DATA PROVIDED:
★ ★ ★

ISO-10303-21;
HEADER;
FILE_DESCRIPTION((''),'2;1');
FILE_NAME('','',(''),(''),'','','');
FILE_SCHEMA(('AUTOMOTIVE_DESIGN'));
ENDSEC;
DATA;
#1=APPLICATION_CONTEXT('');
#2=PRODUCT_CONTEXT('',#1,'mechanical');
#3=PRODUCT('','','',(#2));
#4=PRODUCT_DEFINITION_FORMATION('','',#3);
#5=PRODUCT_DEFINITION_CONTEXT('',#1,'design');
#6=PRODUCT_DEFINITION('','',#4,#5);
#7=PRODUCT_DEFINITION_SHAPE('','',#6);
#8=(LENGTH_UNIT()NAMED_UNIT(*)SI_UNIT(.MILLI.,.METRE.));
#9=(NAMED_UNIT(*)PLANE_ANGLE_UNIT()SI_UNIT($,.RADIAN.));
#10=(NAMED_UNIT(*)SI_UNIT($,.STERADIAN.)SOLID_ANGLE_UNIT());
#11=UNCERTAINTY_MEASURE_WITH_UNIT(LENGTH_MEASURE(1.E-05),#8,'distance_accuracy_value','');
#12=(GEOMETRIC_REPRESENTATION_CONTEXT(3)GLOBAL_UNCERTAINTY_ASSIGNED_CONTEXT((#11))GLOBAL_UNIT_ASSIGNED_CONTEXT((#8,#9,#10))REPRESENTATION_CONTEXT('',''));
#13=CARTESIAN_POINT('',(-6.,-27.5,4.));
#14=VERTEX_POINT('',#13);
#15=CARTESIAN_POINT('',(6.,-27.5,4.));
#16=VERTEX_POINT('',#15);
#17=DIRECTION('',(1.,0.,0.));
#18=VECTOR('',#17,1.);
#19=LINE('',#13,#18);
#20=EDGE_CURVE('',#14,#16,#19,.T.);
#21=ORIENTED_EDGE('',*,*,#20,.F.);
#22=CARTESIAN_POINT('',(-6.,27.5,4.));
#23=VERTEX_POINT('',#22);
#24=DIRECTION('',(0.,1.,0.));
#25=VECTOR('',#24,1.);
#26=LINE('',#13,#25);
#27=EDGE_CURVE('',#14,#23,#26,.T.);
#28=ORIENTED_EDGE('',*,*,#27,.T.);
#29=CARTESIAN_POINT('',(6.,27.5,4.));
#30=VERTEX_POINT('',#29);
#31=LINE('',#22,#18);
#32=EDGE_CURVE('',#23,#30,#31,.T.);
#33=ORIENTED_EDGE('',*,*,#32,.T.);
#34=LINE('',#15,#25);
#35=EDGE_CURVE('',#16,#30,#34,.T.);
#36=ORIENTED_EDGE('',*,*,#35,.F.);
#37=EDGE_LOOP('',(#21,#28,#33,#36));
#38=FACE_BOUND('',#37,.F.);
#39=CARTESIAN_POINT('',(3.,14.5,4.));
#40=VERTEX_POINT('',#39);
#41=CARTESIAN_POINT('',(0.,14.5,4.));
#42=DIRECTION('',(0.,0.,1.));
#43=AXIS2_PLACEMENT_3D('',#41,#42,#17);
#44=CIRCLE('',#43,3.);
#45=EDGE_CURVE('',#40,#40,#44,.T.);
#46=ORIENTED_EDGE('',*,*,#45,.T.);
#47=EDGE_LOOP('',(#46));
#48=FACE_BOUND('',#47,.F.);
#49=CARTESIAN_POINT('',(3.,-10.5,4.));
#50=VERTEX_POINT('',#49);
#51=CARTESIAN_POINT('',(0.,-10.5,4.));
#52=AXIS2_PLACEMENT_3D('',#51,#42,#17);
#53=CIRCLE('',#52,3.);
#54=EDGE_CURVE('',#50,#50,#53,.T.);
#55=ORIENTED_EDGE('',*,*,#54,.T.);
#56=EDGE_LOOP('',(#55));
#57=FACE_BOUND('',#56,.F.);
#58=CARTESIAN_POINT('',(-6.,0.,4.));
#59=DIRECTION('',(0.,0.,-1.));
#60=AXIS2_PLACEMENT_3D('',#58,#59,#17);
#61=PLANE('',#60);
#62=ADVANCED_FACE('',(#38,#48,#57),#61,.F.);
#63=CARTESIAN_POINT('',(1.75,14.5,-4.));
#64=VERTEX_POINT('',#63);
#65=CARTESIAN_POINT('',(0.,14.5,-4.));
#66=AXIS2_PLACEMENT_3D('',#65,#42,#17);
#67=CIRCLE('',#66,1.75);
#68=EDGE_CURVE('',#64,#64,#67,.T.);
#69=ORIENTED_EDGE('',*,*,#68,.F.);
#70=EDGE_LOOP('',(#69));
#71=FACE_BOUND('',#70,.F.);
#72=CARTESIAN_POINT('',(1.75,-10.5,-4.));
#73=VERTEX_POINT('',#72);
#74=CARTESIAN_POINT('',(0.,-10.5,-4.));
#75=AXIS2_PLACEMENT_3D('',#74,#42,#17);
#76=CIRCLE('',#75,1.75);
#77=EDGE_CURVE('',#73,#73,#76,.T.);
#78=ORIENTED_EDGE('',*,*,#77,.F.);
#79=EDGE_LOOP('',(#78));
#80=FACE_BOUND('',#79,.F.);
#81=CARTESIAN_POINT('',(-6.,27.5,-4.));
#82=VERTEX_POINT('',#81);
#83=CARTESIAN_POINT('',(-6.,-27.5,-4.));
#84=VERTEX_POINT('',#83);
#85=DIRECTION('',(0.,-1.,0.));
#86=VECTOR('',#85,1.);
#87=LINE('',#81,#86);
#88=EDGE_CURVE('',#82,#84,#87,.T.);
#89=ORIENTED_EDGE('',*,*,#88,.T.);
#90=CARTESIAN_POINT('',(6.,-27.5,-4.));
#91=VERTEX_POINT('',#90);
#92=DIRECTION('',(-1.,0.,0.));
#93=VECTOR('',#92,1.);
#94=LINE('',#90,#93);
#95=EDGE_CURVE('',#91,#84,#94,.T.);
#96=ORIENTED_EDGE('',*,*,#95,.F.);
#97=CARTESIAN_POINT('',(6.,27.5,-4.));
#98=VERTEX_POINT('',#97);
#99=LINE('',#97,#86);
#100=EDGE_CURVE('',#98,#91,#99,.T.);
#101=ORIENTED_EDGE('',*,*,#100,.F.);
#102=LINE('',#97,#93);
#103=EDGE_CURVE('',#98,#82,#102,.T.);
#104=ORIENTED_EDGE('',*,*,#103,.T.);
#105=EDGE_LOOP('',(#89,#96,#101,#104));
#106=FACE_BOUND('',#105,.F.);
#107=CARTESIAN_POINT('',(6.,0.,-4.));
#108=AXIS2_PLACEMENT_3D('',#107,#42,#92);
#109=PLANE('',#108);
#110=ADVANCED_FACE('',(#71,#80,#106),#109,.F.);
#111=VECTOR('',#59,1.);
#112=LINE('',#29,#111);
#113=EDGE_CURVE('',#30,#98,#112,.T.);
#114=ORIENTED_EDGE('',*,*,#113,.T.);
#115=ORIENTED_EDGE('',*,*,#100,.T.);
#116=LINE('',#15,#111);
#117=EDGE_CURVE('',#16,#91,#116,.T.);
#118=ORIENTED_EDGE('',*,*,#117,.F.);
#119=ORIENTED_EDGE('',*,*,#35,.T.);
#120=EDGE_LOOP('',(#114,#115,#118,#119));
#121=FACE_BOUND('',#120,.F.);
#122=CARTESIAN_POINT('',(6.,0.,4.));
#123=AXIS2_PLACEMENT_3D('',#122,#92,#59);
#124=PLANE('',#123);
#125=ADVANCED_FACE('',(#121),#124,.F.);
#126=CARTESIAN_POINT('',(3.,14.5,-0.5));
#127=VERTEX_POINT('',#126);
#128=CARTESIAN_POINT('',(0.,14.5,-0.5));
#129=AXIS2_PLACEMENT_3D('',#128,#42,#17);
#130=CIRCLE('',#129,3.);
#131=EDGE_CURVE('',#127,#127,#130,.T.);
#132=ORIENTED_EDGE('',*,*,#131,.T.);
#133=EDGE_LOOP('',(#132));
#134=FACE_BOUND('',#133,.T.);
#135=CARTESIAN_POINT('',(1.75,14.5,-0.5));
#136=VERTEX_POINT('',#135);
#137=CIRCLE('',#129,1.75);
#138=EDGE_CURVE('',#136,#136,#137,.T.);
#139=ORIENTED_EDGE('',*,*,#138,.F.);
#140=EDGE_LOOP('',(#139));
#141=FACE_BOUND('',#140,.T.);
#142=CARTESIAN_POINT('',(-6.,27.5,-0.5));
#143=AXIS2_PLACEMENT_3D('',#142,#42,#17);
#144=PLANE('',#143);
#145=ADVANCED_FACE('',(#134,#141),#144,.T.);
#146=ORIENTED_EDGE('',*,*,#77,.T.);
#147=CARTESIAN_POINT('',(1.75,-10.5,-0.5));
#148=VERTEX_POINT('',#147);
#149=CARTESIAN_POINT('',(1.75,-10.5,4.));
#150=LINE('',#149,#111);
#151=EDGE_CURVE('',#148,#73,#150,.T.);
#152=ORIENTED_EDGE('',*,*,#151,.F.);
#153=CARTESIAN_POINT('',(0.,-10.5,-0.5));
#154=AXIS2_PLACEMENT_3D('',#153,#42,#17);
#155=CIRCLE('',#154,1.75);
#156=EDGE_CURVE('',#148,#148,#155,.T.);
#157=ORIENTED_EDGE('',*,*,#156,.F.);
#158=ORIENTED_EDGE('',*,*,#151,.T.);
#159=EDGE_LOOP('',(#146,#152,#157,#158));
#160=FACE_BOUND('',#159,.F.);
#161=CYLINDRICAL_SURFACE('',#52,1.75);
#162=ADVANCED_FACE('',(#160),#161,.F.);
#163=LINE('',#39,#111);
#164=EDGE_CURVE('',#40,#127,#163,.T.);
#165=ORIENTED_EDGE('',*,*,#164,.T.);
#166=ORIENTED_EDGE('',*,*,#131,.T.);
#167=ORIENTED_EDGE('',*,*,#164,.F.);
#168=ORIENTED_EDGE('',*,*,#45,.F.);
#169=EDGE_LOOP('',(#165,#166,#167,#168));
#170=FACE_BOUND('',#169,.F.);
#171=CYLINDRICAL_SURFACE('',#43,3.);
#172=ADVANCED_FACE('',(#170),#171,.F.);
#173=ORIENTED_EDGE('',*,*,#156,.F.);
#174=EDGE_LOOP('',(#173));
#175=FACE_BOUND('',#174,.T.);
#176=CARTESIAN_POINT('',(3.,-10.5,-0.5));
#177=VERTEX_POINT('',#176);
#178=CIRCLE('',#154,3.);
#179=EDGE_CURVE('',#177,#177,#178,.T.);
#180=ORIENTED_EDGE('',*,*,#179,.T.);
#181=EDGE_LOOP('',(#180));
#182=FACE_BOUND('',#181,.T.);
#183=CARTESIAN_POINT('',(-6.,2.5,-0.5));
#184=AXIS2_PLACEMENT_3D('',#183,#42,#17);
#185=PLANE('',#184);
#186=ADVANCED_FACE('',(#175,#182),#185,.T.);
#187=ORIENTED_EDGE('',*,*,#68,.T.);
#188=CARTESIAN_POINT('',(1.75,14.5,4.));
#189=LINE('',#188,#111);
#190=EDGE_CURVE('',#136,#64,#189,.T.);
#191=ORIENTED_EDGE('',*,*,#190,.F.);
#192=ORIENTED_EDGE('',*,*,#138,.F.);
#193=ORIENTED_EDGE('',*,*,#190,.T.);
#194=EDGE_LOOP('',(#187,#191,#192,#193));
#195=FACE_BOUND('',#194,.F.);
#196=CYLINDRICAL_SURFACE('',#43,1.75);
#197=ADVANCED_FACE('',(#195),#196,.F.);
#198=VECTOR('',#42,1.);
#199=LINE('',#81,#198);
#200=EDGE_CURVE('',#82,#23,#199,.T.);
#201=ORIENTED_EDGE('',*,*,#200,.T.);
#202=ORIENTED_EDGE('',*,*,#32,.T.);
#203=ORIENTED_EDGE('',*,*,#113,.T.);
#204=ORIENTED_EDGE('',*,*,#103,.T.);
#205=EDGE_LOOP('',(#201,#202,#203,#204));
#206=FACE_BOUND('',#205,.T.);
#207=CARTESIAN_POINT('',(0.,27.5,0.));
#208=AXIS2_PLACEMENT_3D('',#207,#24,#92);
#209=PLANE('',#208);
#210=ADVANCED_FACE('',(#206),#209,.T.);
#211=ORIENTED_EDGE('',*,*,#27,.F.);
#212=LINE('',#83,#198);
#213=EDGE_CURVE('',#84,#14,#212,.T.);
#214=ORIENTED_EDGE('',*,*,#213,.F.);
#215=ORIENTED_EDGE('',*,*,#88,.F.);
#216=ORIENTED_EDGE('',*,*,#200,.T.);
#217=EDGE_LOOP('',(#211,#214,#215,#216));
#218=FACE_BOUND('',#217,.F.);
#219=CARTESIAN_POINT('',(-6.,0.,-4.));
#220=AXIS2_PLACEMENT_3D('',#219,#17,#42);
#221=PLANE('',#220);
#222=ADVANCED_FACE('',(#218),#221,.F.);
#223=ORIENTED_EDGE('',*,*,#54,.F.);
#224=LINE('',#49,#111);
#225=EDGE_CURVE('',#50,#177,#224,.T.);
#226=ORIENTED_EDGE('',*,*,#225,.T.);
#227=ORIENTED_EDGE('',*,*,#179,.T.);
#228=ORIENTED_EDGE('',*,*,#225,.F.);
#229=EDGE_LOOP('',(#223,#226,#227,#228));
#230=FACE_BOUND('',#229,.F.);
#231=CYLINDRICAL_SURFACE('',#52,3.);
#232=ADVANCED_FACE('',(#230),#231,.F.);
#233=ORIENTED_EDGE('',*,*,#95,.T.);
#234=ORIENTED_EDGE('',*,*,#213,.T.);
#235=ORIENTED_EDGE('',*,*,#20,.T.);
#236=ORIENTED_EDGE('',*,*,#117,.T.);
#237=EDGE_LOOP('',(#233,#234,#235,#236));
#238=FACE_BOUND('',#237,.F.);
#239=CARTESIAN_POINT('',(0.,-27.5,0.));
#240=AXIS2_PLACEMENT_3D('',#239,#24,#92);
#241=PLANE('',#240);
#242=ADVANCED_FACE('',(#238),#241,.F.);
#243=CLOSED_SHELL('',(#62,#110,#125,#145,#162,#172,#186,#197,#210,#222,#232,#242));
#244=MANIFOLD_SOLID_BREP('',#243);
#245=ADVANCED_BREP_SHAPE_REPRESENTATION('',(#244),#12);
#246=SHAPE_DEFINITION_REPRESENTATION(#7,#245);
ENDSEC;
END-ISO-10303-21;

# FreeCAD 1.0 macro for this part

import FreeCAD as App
import Part
import Sketcher
Q = App.Units.Quantity


def add_polygon(sketch, points):
    """Adds a closed chain of lines whose ends are joined by coincident constraints."""
    first, n = sketch.GeometryCount, len(points)
    for a, b in zip(points, points[1:] + points[:1]):
        sketch.addGeometry(Part.LineSegment(App.Vector(*a, 0), App.Vector(*b, 0)), False)
    for i in range(n):
        sketch.addConstraint(Sketcher.Constraint("Coincident", first + i, 2, first + (i + 1) % n, 1))

doc = App.newDocument("Part")
params = doc.addObject("Spreadsheet::Sheet", "Params")
for row, (alias, value) in enumerate([
    ("sketch1_width", "12 mm"),
    ("sketch1_height", "8 mm"),
    ("pad1_length", "55 mm"),
    ("sketch2_diameter", "3.5 mm"),
    ("sketch3_diameter", "6 mm"),
    ("sketch3_diameter2", "3.5 mm"),
    ("pocket2_length", "4.5 mm"),
    ("linearpattern_pitch", "25 mm"),
], start=1):
    params.set(f"A{row}", alias)
    params.set(f"B{row}", "=" + value)
    params.setAlias(f"B{row}", alias)

body = doc.addObject("PartDesign::Body", "Body")

# Sketch on XZ plane
sketch1 = body.newObject("Sketcher::SketchObject", "Sketch")
sketch1.AttachmentSupport = (doc.getObject("XZ_Plane"), [""])
sketch1.MapMode = "FlatFace"
add_polygon(sketch1, [(-6, -4), (-6, 4), (6, 4), (6, -4)])  # lines 0-3
sketch1.addConstraint(Sketcher.Constraint("Vertical", 0))
sketch1.addConstraint(Sketcher.Constraint("Horizontal", 1))
sketch1.addConstraint(Sketcher.Constraint("Vertical", 2))
sketch1.addConstraint(Sketcher.Constraint("Horizontal", 3))
sketch1.addConstraint(Sketcher.Constraint("Symmetric", 0, 2, 2, 2, -1, 1))
sketch1.addConstraint(Sketcher.Constraint("DistanceX", 1, 1, 1, 2, Q("12 mm")))
sketch1.addConstraint(Sketcher.Constraint("DistanceY", 0, 1, 0, 2, Q("8 mm")))
sketch1.setExpression("Constraints[9]", "Params.sketch1_width")
sketch1.setExpression("Constraints[10]", "Params.sketch1_height")
pad1 = body.newObject("PartDesign::Pad", "Pad")
pad1.Profile = sketch1
pad1.setExpression("Length", "Params.pad1_length")
pad1.Midplane = True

★ ★ ★

WORK TO COMPLETE:
Could you repeat exactly the lines above from the line with "#79=EDGE_LOOP('',(#78));" up to and including the line with "#127=VERTEX_POINT('',#126);", and only those?

ANSWER AREA:
#79=EDGE_LOOP('',(#78));
#80=FACE_BOUND('',#79,.F.);
#81=CARTESIAN_POINT('',(-6.,27.5,-4.));
#82=VERTEX_POINT('',#81);
#83=CARTESIAN_POINT('',(-6.,-27.5,-4.));
#84=VERTEX_POINT('',#83);
#85=DIRECTION('',(0.,-1.,0.));
#86=VECTOR('',#85,1.);
#87=LINE('',#81,#86);
#88=EDGE_CURVE('',#82,#84,#87,.T.);
#89=ORIENTED_EDGE('',*,*,#88,.T.);
#90=CARTESIAN_POINT('',(6.,-27.5,-4.));
#91=VERTEX_POINT('',#90);
#92=DIRECTION('',(-1.,0.,0.));
#93=VECTOR('',#92,1.);
#94=LINE('',#90,#93);
#95=EDGE_CURVE('',#91,#84,#94,.T.);
#96=ORIENTED_EDGE('',*,*,#95,.F.);
#97=CARTESIAN_POINT('',(6.,27.5,-4.));
#98=VERTEX_POINT('',#97);
#99=LINE('',#97,#86);
#100=EDGE_CURVE('',#98,#91,#99,.T.);
#101=ORIENTED_EDGE('',*,*,#100,.F.);
#102=LINE('',#97,#93);
#103=EDGE_CURVE('',#98,#82,#102,.T.);
#104=ORIENTED_EDGE('',*,*,#103,.T.);
#105=EDGE_LOOP('',(#89,#96,#101,#104));
#106=FACE_BOUND('',#105,.F.);
#107=CARTESIAN_POINT('',(6.,0.,-4.));
#108=AXIS2_PLACEMENT_3D('',#107,#42,#92);
#109=PLANE('',#108);
#110=ADVANCED_FACE('',(#71,#80,#106),#109,.F.);
#111=VECTOR('',#59,1.);
#112=LINE('',#29,#111);
#113=EDGE_CURVE('',#30,#98,#112,.T.);
#114=ORIENTED_EDGE('',*,*,#113,.T.);
#115=ORIENTED_EDGE('',*,*,#100,.T.);
#116=LINE('',#15,#111);
#117=EDGE_CURVE('',#16,#91,#116,.T.);
#118=ORIENTED_EDGE('',*,*,#117,.F.);
#119=ORIENTED_EDGE('',*,*,#35,.T.);
#120=EDGE_LOOP('',(#114,#115,#118,#119));
#121=FACE_BOUND('',#120,.F.);
#122=CARTESIAN_POINT('',(6.,0.,4.));
#123=AXIS2_PLACEMENT_3D('',#122,#92,#59);
#124=PLANE('',#123);
#125=ADVANCED_FACE('',(#121),#124,.F.);
#126=CARTESIAN_POINT('',(3.,14.5,-0.5));
#127=VERTEX_POINT('',#126);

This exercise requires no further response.